そして、そんなこっこを見ていてふと気づくのだ。あのころは、自分もいろいろなことに真剣に向き合い、彼女のように懸命に格闘していたのに、大人になるに連れて、仕事や目先のこと以外の社会や現実についてあまり真剣に考えなくなってしまったということを。
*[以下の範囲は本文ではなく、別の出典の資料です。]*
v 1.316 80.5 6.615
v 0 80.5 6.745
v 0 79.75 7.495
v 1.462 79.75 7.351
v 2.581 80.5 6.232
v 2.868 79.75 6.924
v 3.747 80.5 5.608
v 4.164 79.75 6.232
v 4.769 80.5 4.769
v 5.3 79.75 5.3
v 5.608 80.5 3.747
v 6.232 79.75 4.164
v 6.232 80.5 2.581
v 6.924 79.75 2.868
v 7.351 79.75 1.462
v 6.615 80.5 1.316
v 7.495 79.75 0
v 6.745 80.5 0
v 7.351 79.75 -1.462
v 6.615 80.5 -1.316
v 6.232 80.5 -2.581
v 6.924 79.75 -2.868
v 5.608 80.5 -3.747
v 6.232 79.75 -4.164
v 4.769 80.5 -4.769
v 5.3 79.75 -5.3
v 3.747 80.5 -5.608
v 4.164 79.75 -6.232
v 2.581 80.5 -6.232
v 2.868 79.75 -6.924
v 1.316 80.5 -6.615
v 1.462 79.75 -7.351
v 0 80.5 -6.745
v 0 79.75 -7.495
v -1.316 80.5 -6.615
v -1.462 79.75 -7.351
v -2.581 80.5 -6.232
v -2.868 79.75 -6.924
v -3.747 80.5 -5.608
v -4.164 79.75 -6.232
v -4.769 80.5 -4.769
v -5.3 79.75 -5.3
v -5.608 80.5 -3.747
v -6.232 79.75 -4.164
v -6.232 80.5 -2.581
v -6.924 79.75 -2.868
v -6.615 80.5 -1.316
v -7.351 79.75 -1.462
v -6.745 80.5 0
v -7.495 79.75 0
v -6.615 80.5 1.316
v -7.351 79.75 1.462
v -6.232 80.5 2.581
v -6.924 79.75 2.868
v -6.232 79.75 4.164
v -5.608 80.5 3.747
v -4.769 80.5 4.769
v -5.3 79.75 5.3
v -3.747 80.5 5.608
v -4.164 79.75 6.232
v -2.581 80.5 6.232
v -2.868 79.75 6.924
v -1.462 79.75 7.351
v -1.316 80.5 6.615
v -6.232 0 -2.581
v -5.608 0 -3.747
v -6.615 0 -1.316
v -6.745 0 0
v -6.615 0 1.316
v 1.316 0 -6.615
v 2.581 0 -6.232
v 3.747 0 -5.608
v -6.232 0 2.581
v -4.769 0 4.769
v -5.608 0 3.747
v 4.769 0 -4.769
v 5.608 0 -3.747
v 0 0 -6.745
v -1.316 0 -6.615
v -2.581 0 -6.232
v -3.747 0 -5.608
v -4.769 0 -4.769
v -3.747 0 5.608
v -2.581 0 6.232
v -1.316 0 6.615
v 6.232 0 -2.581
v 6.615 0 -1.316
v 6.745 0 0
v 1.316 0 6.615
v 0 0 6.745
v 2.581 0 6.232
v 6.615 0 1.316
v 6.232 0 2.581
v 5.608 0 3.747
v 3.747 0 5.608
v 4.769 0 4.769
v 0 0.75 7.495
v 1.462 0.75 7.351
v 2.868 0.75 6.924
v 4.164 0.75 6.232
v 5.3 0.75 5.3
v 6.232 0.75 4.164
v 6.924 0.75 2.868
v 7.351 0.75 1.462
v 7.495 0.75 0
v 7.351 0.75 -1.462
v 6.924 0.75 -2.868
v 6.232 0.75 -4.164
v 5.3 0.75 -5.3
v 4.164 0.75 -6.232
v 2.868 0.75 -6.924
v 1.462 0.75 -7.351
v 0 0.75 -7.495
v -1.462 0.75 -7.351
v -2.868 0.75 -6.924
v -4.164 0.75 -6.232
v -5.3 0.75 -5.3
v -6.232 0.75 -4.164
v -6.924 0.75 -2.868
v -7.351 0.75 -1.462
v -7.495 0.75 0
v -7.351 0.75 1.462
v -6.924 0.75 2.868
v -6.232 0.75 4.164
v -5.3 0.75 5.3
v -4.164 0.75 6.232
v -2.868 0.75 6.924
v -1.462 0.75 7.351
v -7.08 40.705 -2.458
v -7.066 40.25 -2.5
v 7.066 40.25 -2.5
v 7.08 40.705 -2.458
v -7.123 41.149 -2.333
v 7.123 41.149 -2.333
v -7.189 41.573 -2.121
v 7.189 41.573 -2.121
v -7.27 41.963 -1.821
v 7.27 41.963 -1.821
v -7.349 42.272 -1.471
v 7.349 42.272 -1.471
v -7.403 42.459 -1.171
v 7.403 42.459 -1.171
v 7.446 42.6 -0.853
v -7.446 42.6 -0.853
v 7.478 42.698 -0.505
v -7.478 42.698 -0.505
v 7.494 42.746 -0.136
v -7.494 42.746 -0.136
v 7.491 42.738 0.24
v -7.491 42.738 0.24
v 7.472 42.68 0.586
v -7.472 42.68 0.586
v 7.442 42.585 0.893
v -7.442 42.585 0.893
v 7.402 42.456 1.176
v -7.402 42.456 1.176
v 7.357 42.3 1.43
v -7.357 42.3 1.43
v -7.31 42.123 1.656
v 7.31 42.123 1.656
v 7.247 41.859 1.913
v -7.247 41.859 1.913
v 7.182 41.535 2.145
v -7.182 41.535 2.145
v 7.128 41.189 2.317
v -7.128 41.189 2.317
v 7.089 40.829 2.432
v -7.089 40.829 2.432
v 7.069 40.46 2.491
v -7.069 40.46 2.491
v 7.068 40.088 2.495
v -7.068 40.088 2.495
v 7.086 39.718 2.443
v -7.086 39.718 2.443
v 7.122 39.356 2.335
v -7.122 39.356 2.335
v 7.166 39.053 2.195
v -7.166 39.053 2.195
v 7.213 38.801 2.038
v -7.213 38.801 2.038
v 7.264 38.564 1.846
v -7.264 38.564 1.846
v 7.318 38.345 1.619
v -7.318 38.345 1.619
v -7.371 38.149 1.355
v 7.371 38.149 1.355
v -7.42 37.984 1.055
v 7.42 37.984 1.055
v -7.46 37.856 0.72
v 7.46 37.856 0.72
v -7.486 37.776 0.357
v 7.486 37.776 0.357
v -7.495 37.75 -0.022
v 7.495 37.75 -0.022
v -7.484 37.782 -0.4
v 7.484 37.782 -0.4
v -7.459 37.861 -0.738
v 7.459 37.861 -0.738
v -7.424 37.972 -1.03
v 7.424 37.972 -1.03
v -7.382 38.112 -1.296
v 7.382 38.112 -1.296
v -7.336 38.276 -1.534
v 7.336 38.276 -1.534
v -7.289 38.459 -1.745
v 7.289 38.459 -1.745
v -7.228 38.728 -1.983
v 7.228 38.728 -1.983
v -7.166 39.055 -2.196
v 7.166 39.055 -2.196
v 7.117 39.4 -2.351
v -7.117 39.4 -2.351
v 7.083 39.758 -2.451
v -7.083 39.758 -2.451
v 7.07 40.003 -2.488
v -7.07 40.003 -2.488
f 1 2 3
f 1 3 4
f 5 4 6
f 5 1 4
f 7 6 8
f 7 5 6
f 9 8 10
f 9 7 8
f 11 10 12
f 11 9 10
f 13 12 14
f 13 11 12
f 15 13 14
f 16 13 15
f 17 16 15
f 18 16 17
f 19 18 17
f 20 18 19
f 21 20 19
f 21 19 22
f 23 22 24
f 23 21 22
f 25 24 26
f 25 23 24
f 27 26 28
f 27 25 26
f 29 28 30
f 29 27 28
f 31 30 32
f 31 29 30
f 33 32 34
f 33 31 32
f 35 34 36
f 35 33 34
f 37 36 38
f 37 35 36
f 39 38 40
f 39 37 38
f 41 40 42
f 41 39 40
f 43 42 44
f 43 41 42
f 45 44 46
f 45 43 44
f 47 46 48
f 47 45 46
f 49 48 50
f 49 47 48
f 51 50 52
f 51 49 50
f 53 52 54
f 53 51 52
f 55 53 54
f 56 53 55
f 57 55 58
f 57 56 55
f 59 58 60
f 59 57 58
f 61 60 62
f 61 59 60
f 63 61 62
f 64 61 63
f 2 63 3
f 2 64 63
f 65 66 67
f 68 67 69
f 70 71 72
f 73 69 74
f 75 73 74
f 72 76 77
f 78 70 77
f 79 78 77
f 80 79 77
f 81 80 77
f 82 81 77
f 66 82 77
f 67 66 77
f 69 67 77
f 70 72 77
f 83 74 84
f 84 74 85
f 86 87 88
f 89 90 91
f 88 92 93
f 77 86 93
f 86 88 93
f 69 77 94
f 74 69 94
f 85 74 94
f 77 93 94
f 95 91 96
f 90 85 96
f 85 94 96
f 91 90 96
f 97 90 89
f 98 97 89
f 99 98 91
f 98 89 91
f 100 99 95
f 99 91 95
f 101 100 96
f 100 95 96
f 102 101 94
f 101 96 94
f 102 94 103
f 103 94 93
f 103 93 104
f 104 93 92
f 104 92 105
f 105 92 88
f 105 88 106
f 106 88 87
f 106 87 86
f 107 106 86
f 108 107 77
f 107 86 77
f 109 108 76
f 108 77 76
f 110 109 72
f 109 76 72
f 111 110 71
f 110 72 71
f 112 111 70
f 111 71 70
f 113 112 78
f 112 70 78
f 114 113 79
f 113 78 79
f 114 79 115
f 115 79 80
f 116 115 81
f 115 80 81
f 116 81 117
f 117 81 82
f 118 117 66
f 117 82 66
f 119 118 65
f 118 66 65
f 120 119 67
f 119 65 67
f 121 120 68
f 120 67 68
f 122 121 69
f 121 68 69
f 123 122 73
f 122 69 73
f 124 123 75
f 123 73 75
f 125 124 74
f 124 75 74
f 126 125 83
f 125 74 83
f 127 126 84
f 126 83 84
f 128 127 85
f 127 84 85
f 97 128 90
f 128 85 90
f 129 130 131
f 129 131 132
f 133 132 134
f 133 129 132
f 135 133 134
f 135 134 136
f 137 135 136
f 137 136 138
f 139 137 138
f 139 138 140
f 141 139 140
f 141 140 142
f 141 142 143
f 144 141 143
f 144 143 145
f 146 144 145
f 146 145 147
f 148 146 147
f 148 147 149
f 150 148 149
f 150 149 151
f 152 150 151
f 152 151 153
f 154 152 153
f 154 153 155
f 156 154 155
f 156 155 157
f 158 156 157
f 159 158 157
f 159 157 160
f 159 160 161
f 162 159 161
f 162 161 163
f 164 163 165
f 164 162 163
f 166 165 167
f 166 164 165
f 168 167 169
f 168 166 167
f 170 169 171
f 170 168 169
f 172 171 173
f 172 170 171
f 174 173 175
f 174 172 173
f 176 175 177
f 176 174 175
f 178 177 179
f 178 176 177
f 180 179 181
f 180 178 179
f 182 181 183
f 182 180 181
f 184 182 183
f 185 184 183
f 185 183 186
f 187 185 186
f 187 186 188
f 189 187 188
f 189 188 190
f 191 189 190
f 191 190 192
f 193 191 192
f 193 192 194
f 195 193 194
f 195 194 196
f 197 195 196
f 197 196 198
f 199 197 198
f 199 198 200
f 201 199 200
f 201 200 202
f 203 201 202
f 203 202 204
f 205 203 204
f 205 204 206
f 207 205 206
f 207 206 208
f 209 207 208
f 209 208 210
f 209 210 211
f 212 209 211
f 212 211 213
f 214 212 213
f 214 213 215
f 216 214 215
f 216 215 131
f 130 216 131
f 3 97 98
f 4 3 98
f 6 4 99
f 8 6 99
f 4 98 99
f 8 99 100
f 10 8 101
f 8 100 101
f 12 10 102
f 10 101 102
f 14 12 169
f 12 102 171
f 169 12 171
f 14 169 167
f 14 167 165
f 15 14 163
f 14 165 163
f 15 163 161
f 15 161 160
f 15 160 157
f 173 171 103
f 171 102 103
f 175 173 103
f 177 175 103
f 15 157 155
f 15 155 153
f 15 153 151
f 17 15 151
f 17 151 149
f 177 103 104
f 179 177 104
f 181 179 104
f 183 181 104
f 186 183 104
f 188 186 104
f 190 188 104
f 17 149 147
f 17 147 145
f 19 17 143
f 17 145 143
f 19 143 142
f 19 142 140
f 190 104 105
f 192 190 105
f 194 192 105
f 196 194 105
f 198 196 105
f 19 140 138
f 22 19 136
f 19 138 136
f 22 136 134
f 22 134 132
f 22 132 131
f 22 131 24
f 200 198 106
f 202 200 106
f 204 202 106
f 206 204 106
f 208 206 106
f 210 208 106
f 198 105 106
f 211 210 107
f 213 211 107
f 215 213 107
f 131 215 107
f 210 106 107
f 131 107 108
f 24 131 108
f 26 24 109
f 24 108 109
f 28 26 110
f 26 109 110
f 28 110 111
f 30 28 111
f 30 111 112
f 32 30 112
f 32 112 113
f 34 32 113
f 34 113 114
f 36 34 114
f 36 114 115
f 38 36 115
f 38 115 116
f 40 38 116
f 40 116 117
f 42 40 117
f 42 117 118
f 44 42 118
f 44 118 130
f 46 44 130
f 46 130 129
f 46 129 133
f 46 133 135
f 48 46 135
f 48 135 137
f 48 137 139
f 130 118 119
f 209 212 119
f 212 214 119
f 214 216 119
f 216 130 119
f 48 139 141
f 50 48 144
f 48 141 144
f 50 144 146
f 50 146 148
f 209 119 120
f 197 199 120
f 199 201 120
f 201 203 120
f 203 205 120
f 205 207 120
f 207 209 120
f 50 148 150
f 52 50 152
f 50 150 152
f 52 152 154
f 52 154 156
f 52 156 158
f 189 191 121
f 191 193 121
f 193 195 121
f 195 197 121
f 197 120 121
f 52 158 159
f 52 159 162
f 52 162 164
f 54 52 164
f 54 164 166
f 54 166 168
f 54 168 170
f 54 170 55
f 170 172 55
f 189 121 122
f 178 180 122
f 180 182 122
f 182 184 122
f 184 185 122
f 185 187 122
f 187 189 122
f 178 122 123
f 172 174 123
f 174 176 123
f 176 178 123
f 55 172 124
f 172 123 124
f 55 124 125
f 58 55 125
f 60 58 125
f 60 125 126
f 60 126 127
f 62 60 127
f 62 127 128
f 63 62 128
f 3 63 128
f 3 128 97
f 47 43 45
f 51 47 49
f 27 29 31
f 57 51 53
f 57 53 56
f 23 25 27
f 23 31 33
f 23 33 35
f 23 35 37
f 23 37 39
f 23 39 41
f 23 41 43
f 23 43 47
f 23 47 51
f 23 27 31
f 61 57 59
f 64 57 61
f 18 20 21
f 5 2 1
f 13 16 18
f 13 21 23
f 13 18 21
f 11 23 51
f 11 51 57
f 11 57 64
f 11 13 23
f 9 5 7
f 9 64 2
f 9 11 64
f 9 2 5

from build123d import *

# Parameters (mm, degrees)
SKETCH1_R               = 7.495
BOSS_EXTRUDE1_DEPTH     = 80.5
CUT_EXTRUDE1_DEPTH      = 82.194827729
CUT_EXTRUDE1_DEPTH_BACK = 82.194827729
SKETCH2_R               = 2.5
CHAMFER1_SIZE           = 0.75


with BuildPart() as part:
    # Sketch1 → Boss-Extrude1 (new body)
    with BuildSketch(Plane(origin=(0, 0, 0), x_dir=(1, 0, 0), z_dir=(0, 1, 0))):
        with Locations(Location((0, 0, 0), (0, 0, 270))):
            Circle(SKETCH1_R)
    extrude(amount=BOSS_EXTRUDE1_DEPTH)

    # Sketch2 → Cut-Extrude1 (cut, two sides: drawn at the far end of the back side and taken through both)
    with BuildSketch(Plane(origin=(0, 0, 0), x_dir=(0, 0, -1), z_dir=(1, 0, 0)).offset(-CUT_EXTRUDE1_DEPTH_BACK)):
        with Locations((0, 40.25)):
            Circle(SKETCH2_R)
    extrude(amount=CUT_EXTRUDE1_DEPTH + CUT_EXTRUDE1_DEPTH_BACK, mode=Mode.SUBTRACT)

    # Chamfer1
    chamfer1_edges = [part.edges().sort_by_distance(p)[0] for p in [
        (0, 0, -7.495),
        (0, 80.5, -7.495),
    ]]
    chamfer(chamfer1_edges, length=CHAMFER1_SIZE)


solid = part.part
いや、大人になった私たちは、薄々分かっていたのに、気づかないふりをしてきただけなのだ。便利な社会の中で与えられる情報だけを鵜呑みにし、考えることや想像することを放棄し、楽な選択ばかりをするようになってしまった。そんな後ろめたい心を、こっこが「ボケ、まだ間に合う!」と刺激するから、観ている特に大人は焦るし、動揺する。こっこに起こる一大事を知らず知らずのうちに自分の問題として考える中で“このままではマズい”と思うようになるから、大きな共感を得ているのだろう。
家族の素晴らしさ、“イマジン”=相手の気持ちを考えることの大切さ、大人になるに連れて忘れてしまった大切なもの、命の尊さ……いろいろなメッセージが詰まった本作から何を受け取るのかは、映画だから、もちろん観た人に委ねられている。
さあ、あなたは『円卓』を観て何を感じ、どんな想いにかられるだろう?
こっこに「このボケ!」と怒鳴られるようなつまらない大人になりたくなかったら、この映画は観ておいた方がいいかもしれない。